(Work item) Nothing belongs in the answer except the lines of the material that include "BuildSketch".

(Exercise material)
#####

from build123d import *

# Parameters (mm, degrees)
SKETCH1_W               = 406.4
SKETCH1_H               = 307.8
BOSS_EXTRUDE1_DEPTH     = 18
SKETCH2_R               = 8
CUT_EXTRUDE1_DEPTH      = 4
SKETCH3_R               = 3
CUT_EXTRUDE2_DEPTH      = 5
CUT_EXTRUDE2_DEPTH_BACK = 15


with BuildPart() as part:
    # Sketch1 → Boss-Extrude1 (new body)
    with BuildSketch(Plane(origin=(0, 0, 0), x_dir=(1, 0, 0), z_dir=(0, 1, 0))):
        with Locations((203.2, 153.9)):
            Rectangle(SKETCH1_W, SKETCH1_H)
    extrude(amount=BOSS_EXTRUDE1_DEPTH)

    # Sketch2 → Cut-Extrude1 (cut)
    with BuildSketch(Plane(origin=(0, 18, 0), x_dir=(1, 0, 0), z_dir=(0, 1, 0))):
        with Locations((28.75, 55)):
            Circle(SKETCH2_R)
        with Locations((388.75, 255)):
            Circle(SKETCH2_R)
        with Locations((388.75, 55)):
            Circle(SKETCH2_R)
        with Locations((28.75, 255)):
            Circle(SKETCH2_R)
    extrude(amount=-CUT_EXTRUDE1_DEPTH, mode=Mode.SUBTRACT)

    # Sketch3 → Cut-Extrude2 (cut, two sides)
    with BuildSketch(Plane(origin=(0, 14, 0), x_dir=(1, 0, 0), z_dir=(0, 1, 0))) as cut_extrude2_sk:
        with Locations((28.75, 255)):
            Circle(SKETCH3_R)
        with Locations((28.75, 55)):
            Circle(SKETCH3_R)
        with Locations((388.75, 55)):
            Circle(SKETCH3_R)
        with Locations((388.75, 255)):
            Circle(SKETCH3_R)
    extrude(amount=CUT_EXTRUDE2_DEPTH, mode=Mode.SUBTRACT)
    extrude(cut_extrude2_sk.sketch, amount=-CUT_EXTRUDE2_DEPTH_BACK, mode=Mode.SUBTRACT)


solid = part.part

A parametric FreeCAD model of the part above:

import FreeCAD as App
import Part
import Sketcher

doc = App.newDocument("Part")
body = doc.addObject("PartDesign::Body", "Body")

# Sketch on XZ plane
sketch1 = body.newObject("Sketcher::SketchObject", "Sketch")
sketch1.AttachmentSupport = (doc.getObject("XZ_Plane"), [""])
sketch1.MapMode = "FlatFace"
sketch1.addGeometry([
    Part.LineSegment(App.Vector(0, -308, 0), App.Vector(0, 0, 0)),
    Part.LineSegment(App.Vector(0, 0, 0), App.Vector(406, 0, 0)),
    Part.LineSegment(App.Vector(406, 0, 0), App.Vector(406, -308, 0)),
    Part.LineSegment(App.Vector(406, -308, 0), App.Vector(0, -308, 0)),
], False)
sketch1.addConstraint([
    Sketcher.Constraint("Coincident", 0, 2, 1, 1),
    Sketcher.Constraint("Coincident", 1, 2, 2, 1),
    Sketcher.Constraint("Coincident", 2, 2, 3, 1),
    Sketcher.Constraint("Coincident", 3, 2, 0, 1),
    Sketcher.Constraint("Vertical", 0),
    Sketcher.Constraint("Horizontal", 1),
    Sketcher.Constraint("Vertical", 2),
    Sketcher.Constraint("Horizontal", 3),
    Sketcher.Constraint("Coincident", 0, 2, -1, 1),
    Sketcher.Constraint("DistanceX", 1, 1, 1, 2, 406.4),
    Sketcher.Constraint("DistanceY", 0, 1, 0, 2, 307.8),
])
pad1 = body.newObject("PartDesign::Pad", "Pad")
pad1.Profile = sketch1
pad1.Length = 18
pad1.Reversed = True

# Sketch on XZ plane
sketch2 = body.newObject("Sketcher::SketchObject", "Sketch001")
sketch2.AttachmentSupport = (doc.getObject("XZ_Plane"), [""])
sketch2.MapMode = "FlatFace"
sketch2.AttachmentOffset = App.Placement(App.Vector(0, 0, -18), App.Rotation())
sketch2.addGeometry([
    Part.Circle(App.Vector(29, -55, 0), App.Vector(0, 0, 1), 8),
    Part.Circle(App.Vector(389, -255, 0), App.Vector(0, 0, 1), 8),
    Part.Circle(App.Vector(389, -55, 0), App.Vector(0, 0, 1), 8),
    Part.Circle(App.Vector(29, -255, 0), App.Vector(0, 0, 1), 8),
], False)
sketch2.addConstraint([
    Sketcher.Constraint("Equal", 0, 1),
    Sketcher.Constraint("Equal", 1, 2),
    Sketcher.Constraint("Equal", 2, 3),
    Sketcher.Constraint("Horizontal", 0, 3, 2, 3),
    Sketcher.Constraint("Horizontal", 1, 3, 3, 3),
    Sketcher.Constraint("Vertical", 1, 3, 2, 3),
    Sketcher.Constraint("Vertical", 0, 3, 3, 3),
    Sketcher.Constraint("Diameter", 0, 16.0),
    Sketcher.Constraint("DistanceY", 0, 3, -1, 1, 55.0),
    Sketcher.Constraint("DistanceY", 1, 3, -1, 1, 255.0),
    Sketcher.Constraint("DistanceX", 0, 3, 1, 3, 360.0),
    Sketcher.Constraint("DistanceX", -1, 1, 0, 3, 28.75),
])
pocket1 = body.newObject("PartDesign::Pocket", "Pocket")
pocket1.Profile = sketch2
pocket1.Length = 4
pocket1.Reversed = True

# Sketch on XZ plane
sketch3 = body.newObject("Sketcher::SketchObject", "Sketch002")
sketch3.AttachmentSupport = (doc.getObject("XZ_Plane"), [""])
sketch3.MapMode = "FlatFace"
sketch3.AttachmentOffset = App.Placement(App.Vector(0, 0, -14), App.Rotation())
sketch3.addGeometry([
    Part.Circle(App.Vector(28.8, -255, 0), App.Vector(0, 0, 1), 3),
    Part.Circle(App.Vector(28.8, -55, 0), App.Vector(0, 0, 1), 3),
    Part.Circle(App.Vector(388.8, -55, 0), App.Vector(0, 0, 1), 3),
    Part.Circle(App.Vector(388.8, -255, 0), App.Vector(0, 0, 1), 3),
], False)
sketch3.addConstraint([
    Sketcher.Constraint("Equal", 0, 1),
    Sketcher.Constraint("Equal", 1, 2),
    Sketcher.Constraint("Equal", 2, 3),
    Sketcher.Constraint("Horizontal", 1, 3, 2, 3),
    Sketcher.Constraint("Horizontal", 0, 3, 3, 3),
    Sketcher.Constraint("Vertical", 0, 3, 1, 3),
    Sketcher.Constraint("Vertical", 2, 3, 3, 3),
    Sketcher.Constraint("Diameter", 0, 6.0),
    Sketcher.Constraint("DistanceY", 0, 3, -1, 1, 255.0),
    Sketcher.Constraint("DistanceY", 1, 3, -1, 1, 55.0),
    Sketcher.Constraint("DistanceX", 1, 3, 2, 3, 360.0),
    Sketcher.Constraint("DistanceX", -1, 1, 0, 3, 28.75),
])
pocket2 = body.newObject("PartDesign::Pocket", "Pocket001")
pocket2.Profile = sketch3
pocket2.Type = "ThroughAll"
pocket2.Midplane = True

doc.recompute()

#####

(Exercise solution)
    with BuildSketch(Plane(origin=(0, 0, 0), x_dir=(1, 0, 0), z_dir=(0, 1, 0))):
    with BuildSketch(Plane(origin=(0, 18, 0), x_dir=(1, 0, 0), z_dir=(0, 1, 0))):
    with BuildSketch(Plane(origin=(0, 14, 0), x_dir=(1, 0, 0), z_dir=(0, 1, 0))) as cut_extrude2_sk:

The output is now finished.